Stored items

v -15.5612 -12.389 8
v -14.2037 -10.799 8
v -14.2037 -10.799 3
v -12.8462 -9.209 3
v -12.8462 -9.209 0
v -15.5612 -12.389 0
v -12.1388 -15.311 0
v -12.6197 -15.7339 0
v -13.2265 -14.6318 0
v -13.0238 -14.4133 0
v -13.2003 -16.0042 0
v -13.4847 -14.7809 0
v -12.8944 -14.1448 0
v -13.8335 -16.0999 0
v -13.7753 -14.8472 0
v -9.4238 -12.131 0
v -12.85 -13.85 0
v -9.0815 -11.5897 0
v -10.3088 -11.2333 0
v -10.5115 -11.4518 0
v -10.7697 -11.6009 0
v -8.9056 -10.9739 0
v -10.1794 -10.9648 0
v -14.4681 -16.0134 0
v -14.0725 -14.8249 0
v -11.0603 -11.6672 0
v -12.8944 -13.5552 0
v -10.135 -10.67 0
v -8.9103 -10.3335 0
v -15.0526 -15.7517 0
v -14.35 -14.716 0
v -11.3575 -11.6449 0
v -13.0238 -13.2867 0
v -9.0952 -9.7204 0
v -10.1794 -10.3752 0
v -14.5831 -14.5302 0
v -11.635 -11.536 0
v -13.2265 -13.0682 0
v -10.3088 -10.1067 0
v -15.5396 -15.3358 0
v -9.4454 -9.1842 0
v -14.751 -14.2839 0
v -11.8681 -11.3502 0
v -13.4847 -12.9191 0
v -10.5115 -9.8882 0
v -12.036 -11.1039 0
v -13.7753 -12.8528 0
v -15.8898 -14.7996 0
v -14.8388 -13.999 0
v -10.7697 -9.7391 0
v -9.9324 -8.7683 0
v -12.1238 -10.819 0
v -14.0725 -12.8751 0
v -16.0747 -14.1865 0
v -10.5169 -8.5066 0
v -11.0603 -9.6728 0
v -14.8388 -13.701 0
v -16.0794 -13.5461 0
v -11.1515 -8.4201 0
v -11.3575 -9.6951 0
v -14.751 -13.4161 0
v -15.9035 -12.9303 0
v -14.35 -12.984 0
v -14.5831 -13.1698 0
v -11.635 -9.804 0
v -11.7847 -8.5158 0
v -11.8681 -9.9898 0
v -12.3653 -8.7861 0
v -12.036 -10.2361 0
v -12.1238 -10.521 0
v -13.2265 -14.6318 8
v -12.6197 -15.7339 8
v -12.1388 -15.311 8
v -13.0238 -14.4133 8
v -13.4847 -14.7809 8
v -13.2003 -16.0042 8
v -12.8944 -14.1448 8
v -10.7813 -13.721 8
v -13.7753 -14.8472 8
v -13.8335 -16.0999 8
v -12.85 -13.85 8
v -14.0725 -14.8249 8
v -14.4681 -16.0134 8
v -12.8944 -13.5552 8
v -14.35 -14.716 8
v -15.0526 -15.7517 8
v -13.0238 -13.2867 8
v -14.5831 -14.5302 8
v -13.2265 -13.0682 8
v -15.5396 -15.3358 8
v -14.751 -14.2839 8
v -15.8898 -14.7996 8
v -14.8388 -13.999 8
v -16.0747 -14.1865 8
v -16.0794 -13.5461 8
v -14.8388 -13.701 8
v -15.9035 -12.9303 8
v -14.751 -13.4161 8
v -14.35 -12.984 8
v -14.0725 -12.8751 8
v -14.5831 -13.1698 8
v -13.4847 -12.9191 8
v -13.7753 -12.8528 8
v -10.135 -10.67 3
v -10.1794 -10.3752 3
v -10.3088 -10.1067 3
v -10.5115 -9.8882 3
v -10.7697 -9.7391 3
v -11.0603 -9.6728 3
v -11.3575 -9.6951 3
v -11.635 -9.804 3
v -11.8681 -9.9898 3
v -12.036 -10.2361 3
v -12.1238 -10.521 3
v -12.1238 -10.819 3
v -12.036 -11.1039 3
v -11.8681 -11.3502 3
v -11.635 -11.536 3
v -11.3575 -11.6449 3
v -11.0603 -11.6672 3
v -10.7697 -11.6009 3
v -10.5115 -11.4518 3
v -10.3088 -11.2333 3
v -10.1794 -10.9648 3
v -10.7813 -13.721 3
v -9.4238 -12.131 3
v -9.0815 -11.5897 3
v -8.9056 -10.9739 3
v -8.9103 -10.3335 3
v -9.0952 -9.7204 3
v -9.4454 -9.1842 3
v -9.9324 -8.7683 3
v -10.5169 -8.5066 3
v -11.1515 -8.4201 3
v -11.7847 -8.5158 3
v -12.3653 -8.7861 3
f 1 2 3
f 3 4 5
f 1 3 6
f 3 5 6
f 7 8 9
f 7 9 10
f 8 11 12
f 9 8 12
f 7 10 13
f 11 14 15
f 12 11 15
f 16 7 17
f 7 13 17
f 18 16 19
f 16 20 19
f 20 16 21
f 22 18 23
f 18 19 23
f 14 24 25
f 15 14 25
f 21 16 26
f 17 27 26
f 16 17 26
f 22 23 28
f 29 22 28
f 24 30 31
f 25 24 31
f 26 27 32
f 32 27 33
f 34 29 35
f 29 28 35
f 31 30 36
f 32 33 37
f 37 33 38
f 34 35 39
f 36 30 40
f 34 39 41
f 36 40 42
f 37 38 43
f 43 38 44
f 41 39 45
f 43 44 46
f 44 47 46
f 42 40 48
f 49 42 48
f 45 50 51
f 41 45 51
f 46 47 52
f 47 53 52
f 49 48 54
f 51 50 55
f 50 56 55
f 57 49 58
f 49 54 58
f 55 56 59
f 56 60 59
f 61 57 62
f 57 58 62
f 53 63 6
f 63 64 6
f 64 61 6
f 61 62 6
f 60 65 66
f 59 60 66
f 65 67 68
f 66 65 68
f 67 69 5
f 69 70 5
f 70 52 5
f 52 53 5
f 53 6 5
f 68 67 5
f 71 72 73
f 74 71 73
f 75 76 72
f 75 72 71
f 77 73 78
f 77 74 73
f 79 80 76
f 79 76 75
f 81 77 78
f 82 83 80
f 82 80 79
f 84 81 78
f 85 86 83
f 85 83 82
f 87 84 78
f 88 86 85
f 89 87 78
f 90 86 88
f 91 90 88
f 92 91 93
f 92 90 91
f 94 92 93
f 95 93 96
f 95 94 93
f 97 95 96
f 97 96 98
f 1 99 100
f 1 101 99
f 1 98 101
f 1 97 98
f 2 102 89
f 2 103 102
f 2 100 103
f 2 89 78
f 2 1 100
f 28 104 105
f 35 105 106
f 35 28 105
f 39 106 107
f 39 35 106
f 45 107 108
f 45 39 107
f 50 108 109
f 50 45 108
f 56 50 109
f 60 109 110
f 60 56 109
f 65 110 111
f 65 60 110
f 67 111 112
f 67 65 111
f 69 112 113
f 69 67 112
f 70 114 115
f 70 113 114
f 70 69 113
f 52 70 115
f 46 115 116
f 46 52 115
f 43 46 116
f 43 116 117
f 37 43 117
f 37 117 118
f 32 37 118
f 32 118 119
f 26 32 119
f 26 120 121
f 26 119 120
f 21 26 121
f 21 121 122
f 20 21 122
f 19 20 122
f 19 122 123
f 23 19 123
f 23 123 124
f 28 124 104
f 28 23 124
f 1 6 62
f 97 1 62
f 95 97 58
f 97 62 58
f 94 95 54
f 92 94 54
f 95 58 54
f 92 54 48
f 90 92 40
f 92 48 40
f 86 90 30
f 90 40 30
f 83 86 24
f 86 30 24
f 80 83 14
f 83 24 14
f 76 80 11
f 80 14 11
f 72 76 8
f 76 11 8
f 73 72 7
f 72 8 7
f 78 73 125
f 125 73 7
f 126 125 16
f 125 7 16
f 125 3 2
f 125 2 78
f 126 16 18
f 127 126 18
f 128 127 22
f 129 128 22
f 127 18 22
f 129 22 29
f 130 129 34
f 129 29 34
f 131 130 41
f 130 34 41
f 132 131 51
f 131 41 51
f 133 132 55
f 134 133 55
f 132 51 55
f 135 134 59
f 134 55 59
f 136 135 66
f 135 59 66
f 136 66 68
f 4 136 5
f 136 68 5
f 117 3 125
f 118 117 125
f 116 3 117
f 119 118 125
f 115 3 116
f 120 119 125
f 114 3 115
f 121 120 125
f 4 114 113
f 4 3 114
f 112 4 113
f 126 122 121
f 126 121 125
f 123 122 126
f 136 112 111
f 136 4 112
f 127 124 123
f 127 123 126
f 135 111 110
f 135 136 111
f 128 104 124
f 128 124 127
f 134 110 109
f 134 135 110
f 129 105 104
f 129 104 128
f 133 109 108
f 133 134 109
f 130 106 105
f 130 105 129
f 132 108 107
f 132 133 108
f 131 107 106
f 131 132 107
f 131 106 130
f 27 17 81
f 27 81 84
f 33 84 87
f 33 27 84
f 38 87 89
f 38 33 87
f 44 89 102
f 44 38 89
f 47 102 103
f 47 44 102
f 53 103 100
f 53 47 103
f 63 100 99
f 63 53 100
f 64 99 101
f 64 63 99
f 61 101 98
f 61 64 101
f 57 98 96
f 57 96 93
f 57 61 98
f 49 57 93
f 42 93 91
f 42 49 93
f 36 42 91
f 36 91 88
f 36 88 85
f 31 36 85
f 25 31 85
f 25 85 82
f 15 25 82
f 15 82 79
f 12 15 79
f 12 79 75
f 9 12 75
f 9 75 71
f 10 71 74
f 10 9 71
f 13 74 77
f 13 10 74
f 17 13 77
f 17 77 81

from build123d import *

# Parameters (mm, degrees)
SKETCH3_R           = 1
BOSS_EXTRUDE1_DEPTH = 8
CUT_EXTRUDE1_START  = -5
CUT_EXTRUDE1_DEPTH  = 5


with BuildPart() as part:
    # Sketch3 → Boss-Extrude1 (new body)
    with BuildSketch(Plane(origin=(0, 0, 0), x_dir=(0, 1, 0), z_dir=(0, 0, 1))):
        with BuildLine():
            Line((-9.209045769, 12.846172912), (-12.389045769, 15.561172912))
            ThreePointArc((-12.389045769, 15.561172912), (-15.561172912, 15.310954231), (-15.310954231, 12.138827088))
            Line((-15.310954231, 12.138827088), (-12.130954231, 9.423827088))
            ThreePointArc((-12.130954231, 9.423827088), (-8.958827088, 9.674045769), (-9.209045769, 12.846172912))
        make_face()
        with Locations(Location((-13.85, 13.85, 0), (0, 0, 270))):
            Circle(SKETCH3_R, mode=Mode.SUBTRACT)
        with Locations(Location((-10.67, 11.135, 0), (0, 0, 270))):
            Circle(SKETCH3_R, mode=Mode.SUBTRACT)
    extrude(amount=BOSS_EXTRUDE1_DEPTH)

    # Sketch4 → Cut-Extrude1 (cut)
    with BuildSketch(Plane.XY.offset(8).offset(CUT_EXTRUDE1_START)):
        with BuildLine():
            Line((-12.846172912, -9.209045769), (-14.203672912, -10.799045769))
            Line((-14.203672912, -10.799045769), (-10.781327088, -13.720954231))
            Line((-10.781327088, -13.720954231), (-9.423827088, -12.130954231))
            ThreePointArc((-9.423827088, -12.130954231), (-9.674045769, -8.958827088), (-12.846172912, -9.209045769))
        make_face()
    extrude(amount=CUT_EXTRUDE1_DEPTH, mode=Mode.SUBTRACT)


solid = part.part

WORK TO BE COMPLETED :: Output, please, only the lines running from the start of the entries through the line that contains "v -15.9035 -12.9303 8", including both of those lines.

ANSWER TO THE PROBLEM ::
v -15.5612 -12.389 8
v -14.2037 -10.799 8
v -14.2037 -10.799 3
v -12.8462 -9.209 3
v -12.8462 -9.209 0
v -15.5612 -12.389 0
v -12.1388 -15.311 0
v -12.6197 -15.7339 0
v -13.2265 -14.6318 0
v -13.0238 -14.4133 0
v -13.2003 -16.0042 0
v -13.4847 -14.7809 0
v -12.8944 -14.1448 0
v -13.8335 -16.0999 0
v -13.7753 -14.8472 0
v -9.4238 -12.131 0
v -12.85 -13.85 0
v -9.0815 -11.5897 0
v -10.3088 -11.2333 0
v -10.5115 -11.4518 0
v -10.7697 -11.6009 0
v -8.9056 -10.9739 0
v -10.1794 -10.9648 0
v -14.4681 -16.0134 0
v -14.0725 -14.8249 0
v -11.0603 -11.6672 0
v -12.8944 -13.5552 0
v -10.135 -10.67 0
v -8.9103 -10.3335 0
v -15.0526 -15.7517 0
v -14.35 -14.716 0
v -11.3575 -11.6449 0
v -13.0238 -13.2867 0
v -9.0952 -9.7204 0
v -10.1794 -10.3752 0
v -14.5831 -14.5302 0
v -11.635 -11.536 0
v -13.2265 -13.0682 0
v -10.3088 -10.1067 0
v -15.5396 -15.3358 0
v -9.4454 -9.1842 0
v -14.751 -14.2839 0
v -11.8681 -11.3502 0
v -13.4847 -12.9191 0
v -10.5115 -9.8882 0
v -12.036 -11.1039 0
v -13.7753 -12.8528 0
v -15.8898 -14.7996 0
v -14.8388 -13.999 0
v -10.7697 -9.7391 0
v -9.9324 -8.7683 0
v -12.1238 -10.819 0
v -14.0725 -12.8751 0
v -16.0747 -14.1865 0
v -10.5169 -8.5066 0
v -11.0603 -9.6728 0
v -14.8388 -13.701 0
v -16.0794 -13.5461 0
v -11.1515 -8.4201 0
v -11.3575 -9.6951 0
v -14.751 -13.4161 0
v -15.9035 -12.9303 0
v -14.35 -12.984 0
v -14.5831 -13.1698 0
v -11.635 -9.804 0
v -11.7847 -8.5158 0
v -11.8681 -9.9898 0
v -12.3653 -8.7861 0
v -12.036 -10.2361 0
v -12.1238 -10.521 0
v -13.2265 -14.6318 8
v -12.6197 -15.7339 8
v -12.1388 -15.311 8
v -13.0238 -14.4133 8
v -13.4847 -14.7809 8
v -13.2003 -16.0042 8
v -12.8944 -14.1448 8
v -10.7813 -13.721 8
v -13.7753 -14.8472 8
v -13.8335 -16.0999 8
v -12.85 -13.85 8
v -14.0725 -14.8249 8
v -14.4681 -16.0134 8
v -12.8944 -13.5552 8
v -14.35 -14.716 8
v -15.0526 -15.7517 8
v -13.0238 -13.2867 8
v -14.5831 -14.5302 8
v -13.2265 -13.0682 8
v -15.5396 -15.3358 8
v -14.751 -14.2839 8
v -15.8898 -14.7996 8
v -14.8388 -13.999 8
v -16.0747 -14.1865 8
v -16.0794 -13.5461 8
v -14.8388 -13.701 8
v -15.9035 -12.9303 8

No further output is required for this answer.